Company Update : Reliance Jio by Elara Capital
From disruptor to digital infra powerhouse
Reliance Jio Infocomm (Jio), India’s largest telecom operator with a subscriber base of 524mn as on FY26, (Source: Company, TRAI) has reshaped India’s telecom landscape by offering some of the world’s most affordable tariffs. That disruption has turned the sector into a quasi-duopoly and positioned Jio to capitalize on rising tariffs and persistently high data consumption. Continued ARPU expansion should be supported by value-added digital services across the Jio Platforms (JPL) ecosystem. Jio’s technology leadership and network design have allowed it to add subscribers without a proportionate increase in recurring investment. We value Jio at enterprise value (EV) of ~INR 12-13tn based on 13x FY28E EV/EBITDA. JPL’s EV is ~INR 13-14tn based on 13x FY28E EV/EBITDA, consistent with a SOTP valuation prepared by our Oil & Gas Analyst Gagan Dixit for Reliance (RIL IN, Rating, CMP: INR 1,298, TP: INR 1,619), subject to the stated assumptions. From scale to monetization: Jio is moving from a market share acquisition phase to a monetization-led growth model, aided by industry consolidation and stronger pricing power. Jio is expected to post ~6% ARPU CAGR during FY26–29E, driven by tariff increases, premiumization, higher data use, and upgrade to postpaid plans. Jio’s large 5G subscriber base and standalone network architecture create significant monetization upside via premium 5G plans and network slicing capabilities. Additionally, accelerating enterprise and B2B traction across connectivity, IoT, cloud, and managed services should raise higher blended monetization, stronger earnings visibility, and improved revenue quality in the medium term.
Home broadband: Jio’s next growth engine:
India’s home broadband market is still underpenetrated, with sub-~18% household penetration across ~350mn homes, presently a large long-term growth opportunity (Source: Elara Securities Estimate). Jio is scaling rapidly via its wireless-first JioAirFiber model, which lowers deployment cost and speeds rollout beyond fiber constraints, especially in Tier II & III and rural areas. Jio’s fixed broadband base has surpassed ~27mn subscribers, driven by JioAirFiber, making it one of the largest global fixed wireless access (FWA) platforms.

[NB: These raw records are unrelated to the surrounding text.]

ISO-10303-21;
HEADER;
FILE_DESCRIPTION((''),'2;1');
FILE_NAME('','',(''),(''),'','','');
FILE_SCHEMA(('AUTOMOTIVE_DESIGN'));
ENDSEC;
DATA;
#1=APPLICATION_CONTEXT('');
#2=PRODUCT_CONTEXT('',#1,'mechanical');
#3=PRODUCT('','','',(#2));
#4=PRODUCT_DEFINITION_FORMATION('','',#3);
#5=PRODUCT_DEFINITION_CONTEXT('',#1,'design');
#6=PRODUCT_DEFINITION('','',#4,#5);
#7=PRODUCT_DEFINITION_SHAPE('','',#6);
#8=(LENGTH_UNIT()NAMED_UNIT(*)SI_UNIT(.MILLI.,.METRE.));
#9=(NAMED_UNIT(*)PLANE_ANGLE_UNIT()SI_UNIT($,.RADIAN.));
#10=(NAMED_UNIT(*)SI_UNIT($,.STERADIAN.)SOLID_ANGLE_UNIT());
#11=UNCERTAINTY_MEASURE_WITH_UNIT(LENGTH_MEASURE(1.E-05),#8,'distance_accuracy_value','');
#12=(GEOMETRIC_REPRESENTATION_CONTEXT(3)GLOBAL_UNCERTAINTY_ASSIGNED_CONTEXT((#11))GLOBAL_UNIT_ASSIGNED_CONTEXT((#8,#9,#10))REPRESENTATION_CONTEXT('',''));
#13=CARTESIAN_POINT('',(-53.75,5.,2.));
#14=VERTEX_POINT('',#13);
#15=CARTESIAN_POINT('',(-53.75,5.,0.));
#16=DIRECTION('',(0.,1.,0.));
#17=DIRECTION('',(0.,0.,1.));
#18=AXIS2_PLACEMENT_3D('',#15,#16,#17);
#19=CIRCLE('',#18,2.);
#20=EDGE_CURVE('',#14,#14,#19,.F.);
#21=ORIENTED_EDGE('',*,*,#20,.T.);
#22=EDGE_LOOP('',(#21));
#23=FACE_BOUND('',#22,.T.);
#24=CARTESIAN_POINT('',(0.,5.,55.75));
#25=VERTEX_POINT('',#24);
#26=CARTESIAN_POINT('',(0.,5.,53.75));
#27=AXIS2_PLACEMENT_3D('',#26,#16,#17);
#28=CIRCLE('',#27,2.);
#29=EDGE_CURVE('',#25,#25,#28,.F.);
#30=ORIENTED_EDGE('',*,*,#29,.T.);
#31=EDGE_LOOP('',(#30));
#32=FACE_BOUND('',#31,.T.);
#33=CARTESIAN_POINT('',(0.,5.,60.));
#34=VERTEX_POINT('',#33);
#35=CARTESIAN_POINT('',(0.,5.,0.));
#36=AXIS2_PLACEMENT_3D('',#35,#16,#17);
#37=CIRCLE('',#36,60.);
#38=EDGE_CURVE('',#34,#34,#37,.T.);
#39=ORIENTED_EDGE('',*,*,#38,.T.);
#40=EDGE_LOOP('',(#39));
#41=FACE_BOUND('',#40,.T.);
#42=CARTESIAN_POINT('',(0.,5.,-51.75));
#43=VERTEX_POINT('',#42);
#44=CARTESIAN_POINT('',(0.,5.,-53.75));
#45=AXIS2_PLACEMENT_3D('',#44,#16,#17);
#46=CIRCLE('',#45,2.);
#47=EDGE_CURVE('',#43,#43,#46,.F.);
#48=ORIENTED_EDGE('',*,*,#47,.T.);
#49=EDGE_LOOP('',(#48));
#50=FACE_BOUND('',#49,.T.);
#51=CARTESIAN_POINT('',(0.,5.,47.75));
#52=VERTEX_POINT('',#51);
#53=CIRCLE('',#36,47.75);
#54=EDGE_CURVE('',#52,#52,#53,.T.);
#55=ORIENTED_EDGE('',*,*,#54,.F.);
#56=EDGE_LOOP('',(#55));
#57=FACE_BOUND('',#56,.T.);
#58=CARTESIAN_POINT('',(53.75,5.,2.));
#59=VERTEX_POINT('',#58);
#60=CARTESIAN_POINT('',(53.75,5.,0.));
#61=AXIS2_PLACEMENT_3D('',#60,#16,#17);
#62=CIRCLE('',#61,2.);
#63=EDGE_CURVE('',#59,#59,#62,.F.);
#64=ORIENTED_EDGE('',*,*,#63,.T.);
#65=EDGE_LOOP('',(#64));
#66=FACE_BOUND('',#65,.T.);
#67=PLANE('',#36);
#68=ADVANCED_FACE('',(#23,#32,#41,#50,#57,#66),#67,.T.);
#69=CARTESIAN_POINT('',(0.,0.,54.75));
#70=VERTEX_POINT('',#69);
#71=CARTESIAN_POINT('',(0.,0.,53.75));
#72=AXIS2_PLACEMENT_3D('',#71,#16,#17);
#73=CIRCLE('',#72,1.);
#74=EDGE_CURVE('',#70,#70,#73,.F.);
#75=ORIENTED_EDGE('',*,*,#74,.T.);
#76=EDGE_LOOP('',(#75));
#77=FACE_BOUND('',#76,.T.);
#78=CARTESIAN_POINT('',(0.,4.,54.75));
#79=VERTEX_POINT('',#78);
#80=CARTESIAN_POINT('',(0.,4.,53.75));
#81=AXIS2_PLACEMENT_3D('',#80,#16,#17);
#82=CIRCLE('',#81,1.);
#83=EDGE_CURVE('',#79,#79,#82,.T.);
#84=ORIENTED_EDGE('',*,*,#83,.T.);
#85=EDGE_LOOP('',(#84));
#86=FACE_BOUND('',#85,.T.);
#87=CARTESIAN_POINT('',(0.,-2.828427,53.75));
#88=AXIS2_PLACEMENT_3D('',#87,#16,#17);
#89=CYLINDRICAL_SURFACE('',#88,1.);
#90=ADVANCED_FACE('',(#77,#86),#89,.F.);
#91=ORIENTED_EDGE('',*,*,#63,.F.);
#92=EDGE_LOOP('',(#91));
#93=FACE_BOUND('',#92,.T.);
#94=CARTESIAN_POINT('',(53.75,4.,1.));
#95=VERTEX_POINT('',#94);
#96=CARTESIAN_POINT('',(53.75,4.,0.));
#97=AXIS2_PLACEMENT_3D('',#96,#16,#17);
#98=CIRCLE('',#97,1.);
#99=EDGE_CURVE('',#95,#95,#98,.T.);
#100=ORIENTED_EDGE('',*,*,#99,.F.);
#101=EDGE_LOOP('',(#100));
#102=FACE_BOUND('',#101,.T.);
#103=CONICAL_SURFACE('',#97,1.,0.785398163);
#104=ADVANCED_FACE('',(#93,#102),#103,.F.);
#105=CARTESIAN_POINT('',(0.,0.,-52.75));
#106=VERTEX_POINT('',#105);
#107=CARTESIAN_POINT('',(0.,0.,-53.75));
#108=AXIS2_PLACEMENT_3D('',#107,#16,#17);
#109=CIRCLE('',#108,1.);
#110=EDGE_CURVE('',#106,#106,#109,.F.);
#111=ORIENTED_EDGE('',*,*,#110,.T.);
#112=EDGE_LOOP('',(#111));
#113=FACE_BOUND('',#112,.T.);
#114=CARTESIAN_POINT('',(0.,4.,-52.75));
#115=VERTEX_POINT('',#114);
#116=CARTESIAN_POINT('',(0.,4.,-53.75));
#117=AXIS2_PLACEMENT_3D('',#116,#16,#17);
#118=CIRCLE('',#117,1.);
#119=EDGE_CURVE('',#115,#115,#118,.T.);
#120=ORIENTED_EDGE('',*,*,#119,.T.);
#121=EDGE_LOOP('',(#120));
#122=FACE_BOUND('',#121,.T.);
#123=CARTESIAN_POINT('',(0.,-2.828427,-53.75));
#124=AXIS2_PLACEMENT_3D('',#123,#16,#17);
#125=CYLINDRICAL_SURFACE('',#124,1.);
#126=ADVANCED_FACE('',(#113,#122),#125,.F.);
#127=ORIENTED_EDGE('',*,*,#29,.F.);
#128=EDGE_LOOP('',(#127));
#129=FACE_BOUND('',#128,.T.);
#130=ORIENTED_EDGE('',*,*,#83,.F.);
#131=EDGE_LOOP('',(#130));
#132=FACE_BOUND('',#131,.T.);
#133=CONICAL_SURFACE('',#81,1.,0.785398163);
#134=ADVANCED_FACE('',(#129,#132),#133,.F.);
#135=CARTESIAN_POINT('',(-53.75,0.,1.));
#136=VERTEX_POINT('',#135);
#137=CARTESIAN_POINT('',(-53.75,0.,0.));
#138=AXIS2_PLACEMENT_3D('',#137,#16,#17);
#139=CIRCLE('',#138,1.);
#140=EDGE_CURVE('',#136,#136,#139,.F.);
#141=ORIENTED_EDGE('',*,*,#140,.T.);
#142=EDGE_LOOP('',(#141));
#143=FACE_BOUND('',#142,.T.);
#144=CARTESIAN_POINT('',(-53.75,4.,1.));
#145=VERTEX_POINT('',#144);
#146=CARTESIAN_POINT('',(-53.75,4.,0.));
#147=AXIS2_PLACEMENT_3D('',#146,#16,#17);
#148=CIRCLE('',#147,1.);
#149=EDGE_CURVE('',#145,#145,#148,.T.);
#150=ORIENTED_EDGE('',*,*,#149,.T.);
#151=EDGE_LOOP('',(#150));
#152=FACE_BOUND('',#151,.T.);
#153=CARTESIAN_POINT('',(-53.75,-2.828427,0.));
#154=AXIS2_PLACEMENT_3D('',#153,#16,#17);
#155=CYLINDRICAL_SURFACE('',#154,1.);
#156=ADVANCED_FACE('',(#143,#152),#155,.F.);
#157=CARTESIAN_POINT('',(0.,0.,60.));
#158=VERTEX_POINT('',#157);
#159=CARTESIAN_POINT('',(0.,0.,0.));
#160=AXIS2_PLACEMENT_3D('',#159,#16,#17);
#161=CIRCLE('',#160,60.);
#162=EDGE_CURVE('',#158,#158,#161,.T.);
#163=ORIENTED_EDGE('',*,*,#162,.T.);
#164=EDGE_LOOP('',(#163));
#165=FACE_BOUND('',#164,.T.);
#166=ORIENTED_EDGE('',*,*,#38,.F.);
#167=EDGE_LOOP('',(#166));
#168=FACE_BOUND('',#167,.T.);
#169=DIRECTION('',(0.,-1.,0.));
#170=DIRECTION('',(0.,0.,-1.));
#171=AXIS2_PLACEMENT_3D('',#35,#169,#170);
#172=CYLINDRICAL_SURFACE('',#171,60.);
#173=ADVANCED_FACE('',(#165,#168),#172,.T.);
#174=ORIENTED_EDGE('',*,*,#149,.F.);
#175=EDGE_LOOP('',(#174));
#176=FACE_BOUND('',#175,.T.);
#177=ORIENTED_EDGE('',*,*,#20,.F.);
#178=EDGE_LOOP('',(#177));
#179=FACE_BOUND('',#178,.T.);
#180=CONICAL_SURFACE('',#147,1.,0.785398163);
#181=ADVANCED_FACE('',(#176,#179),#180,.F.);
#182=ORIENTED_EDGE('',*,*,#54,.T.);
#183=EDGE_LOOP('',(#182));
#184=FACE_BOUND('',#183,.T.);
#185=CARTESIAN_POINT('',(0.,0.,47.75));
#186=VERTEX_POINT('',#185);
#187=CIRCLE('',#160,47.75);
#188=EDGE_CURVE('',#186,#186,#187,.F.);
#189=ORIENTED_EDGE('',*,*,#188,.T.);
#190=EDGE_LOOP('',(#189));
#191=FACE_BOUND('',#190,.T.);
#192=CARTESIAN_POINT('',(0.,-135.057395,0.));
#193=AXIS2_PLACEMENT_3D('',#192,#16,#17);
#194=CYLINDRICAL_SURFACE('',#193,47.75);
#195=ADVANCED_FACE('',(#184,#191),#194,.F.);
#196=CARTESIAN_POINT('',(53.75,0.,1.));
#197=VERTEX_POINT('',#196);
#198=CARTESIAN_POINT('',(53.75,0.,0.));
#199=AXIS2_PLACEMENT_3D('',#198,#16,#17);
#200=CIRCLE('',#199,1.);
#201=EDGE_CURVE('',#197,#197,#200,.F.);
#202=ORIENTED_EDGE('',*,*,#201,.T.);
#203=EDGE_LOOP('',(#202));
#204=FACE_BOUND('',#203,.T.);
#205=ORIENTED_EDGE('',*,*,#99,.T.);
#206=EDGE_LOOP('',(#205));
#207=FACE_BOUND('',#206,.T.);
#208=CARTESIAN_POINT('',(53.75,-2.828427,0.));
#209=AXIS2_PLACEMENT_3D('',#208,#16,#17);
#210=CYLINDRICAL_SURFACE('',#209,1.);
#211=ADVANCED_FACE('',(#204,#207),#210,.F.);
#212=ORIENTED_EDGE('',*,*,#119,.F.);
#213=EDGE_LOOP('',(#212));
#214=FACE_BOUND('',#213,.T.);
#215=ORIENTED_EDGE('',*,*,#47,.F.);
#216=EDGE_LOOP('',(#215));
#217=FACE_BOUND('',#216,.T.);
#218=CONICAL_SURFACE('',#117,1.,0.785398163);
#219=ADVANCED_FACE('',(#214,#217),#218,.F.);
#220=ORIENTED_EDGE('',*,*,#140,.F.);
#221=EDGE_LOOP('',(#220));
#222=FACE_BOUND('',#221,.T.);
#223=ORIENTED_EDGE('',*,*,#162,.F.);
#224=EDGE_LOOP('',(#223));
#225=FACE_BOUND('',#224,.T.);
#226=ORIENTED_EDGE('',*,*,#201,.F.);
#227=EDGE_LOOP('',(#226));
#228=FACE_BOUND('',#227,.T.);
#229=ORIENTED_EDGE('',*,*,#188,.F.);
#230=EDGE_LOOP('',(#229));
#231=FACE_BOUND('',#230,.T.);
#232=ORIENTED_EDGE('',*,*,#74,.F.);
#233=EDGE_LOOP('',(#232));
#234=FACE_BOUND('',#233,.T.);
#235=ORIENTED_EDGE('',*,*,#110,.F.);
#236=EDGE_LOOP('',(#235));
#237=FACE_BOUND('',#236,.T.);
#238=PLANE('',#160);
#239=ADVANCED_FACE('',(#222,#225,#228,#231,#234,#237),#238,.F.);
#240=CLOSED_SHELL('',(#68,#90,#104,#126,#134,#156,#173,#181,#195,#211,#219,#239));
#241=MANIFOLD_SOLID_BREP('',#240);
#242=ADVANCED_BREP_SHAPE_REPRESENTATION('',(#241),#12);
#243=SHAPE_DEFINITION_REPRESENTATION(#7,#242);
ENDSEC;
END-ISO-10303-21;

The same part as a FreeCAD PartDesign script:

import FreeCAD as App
import Part
import Sketcher
from FreeCAD import Vector
Q = App.Units.Quantity


def edges_at(feature, points):
    """Names of the edges that pass closest to the given points."""
    edges = feature.Shape.Edges
    near = lambda p: min(range(len(edges)), key=lambda i: edges[i].distToShape(Part.Vertex(*p))[0])
    return sorted({f"Edge{near(p) + 1}" for p in points})

doc = App.newDocument("Part")
body = doc.addObject("PartDesign::Body", "Body")

sketch1 = body.newObject("Sketcher::SketchObject", "Sketch")
sketch1.AttachmentSupport = (doc.getObject("XZ_Plane"), [""])
sketch1.MapMode = "FlatFace"
sketch1.addGeometry(Part.Circle(Vector(0, 0, 0), Vector(0, 0, 1), 60), False)
sketch1.addConstraint(Sketcher.Constraint("Coincident", 0, 3, -1, 1))
sketch1.addConstraint(Sketcher.Constraint("Diameter", 0, Q("120 mm")))
pad1 = body.newObject("PartDesign::Pad", "Pad")
pad1.Profile = sketch1
pad1.Length = 5
pad1.Reversed = True

sketch2 = body.newObject("Sketcher::SketchObject", "Sketch001")
sketch2.AttachmentSupport = (doc.getObject("XZ_Plane"), [""])
sketch2.MapMode = "FlatFace"
sketch2.AttachmentOffset = App.Placement(Vector(0, 0, -5), App.Rotation())
sketch2.addGeometry(Part.Circle(Vector(0, -53.8, 0), Vector(0, 0, 1), 1), False)
sketch2.addConstraint(Sketcher.Constraint("PointOnObject", 0, 3, -2))
sketch2.addConstraint(Sketcher.Constraint("Diameter", 0, Q("2 mm")))
sketch2.addConstraint(Sketcher.Constraint("DistanceY", 0, 3, -1, 1, Q("53.75 mm")))
pocket1 = body.newObject("PartDesign::Pocket", "Pocket")
pocket1.Profile = sketch2
pocket1.Length = 5
pocket1.Reversed = True
doc.recompute()

chamfer = body.newObject("PartDesign::Chamfer", "Chamfer")
chamfer.Base = (pocket1, edges_at(pocket1, [(0, 5, -54.75)]))
chamfer.Size = 1
doc.recompute()

polarpattern = body.newObject("PartDesign::PolarPattern", "PolarPattern")
polarpattern.Originals = [pocket1]
polarpattern.Axis = (doc.getObject("Y_Axis"), [""])
polarpattern.Angle = 360
polarpattern.Occurrences = 4
body.Tip = polarpattern
doc.recompute()

chamfer2 = body.newObject("PartDesign::Chamfer", "Chamfer001")
chamfer2.Base = (polarpattern, edges_at(polarpattern, [(-54.75, 5, 0), (0, 5, 54.75), (54.75, 5, 0)]))
chamfer2.Size = 1

sketch3 = body.newObject("Sketcher::SketchObject", "Sketch002")
sketch3.AttachmentSupport = (doc.getObject("XZ_Plane"), [""])
sketch3.MapMode = "FlatFace"
sketch3.AttachmentOffset = App.Placement(Vector(0, 0, -5), App.Rotation())
sketch3.addGeometry(Part.Circle(Vector(0, 0, 0), Vector(0, 0, 1), 48), False)
sketch3.addConstraint(Sketcher.Constraint("Coincident", 0, 3, -1, 1))
sketch3.addConstraint(Sketcher.Constraint("Diameter", 0, Q("95.5 mm")))
pocket2 = body.newObject("PartDesign::Pocket", "Pocket001")
pocket2.Profile = sketch3
pocket2.Length = 5
pocket2.Reversed = True

doc.recompute()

Moving mobile-only users to home broadband can raise household ARPU by 3-6x and increase data consumption by 8-10x, supporting structurally stronger monetization. Technology upgrades --nLOS hardware and proprietary UBR -- expand Jio’s addressable market and improve rollout economics, enhancing visibility toward Jio’s medium-term target of 100mn home connections
Technology-led execution -- scale and cost leadership:
Jio’s integrated technology stack is a structural advantage that enables lower cost, faster rollout, and superior monetization vs peers reliant on external vendors. Its Cloud-native 5G standalone (SA) network, proprietary UBR & nLOS technologies, and AI-led JioBrain platform improve broadband economics and network efficiency at scale for ~524mn users. Exclusive pan-India 700MHz spectrum provides durable coverage and indoor connectivity advantages while reducing rural rollout cost. Backed by a ~500,000km fiber backbone and in-house home connectivity ecosystem, Jio is assembling a scalable digital infrastructure platform that is hard to replicate.
Transitioning to a monetization-driven digital platform:
Jio is shifting from a scale-based telecom operator to a monetization-led digital platform, driven by tariff hikes, premiumization, enterprise business expansion, and growing adoption of high-ARPU home broadband. Supported by an integrated technology stack, Jio is building a scalable, structurally differentiated digital infrastructure ecosystem with strong long-term earnings visibility. We expect JPL to post a top-line CAGR of 11% and an EBITDA CAGR of 14% during FY26-29E. EV is set to be ~INR 12-13tn based on 13x FY28E EV/EBITDA, and JPL’s EV could be ~INR 13-14tn on the same multiple.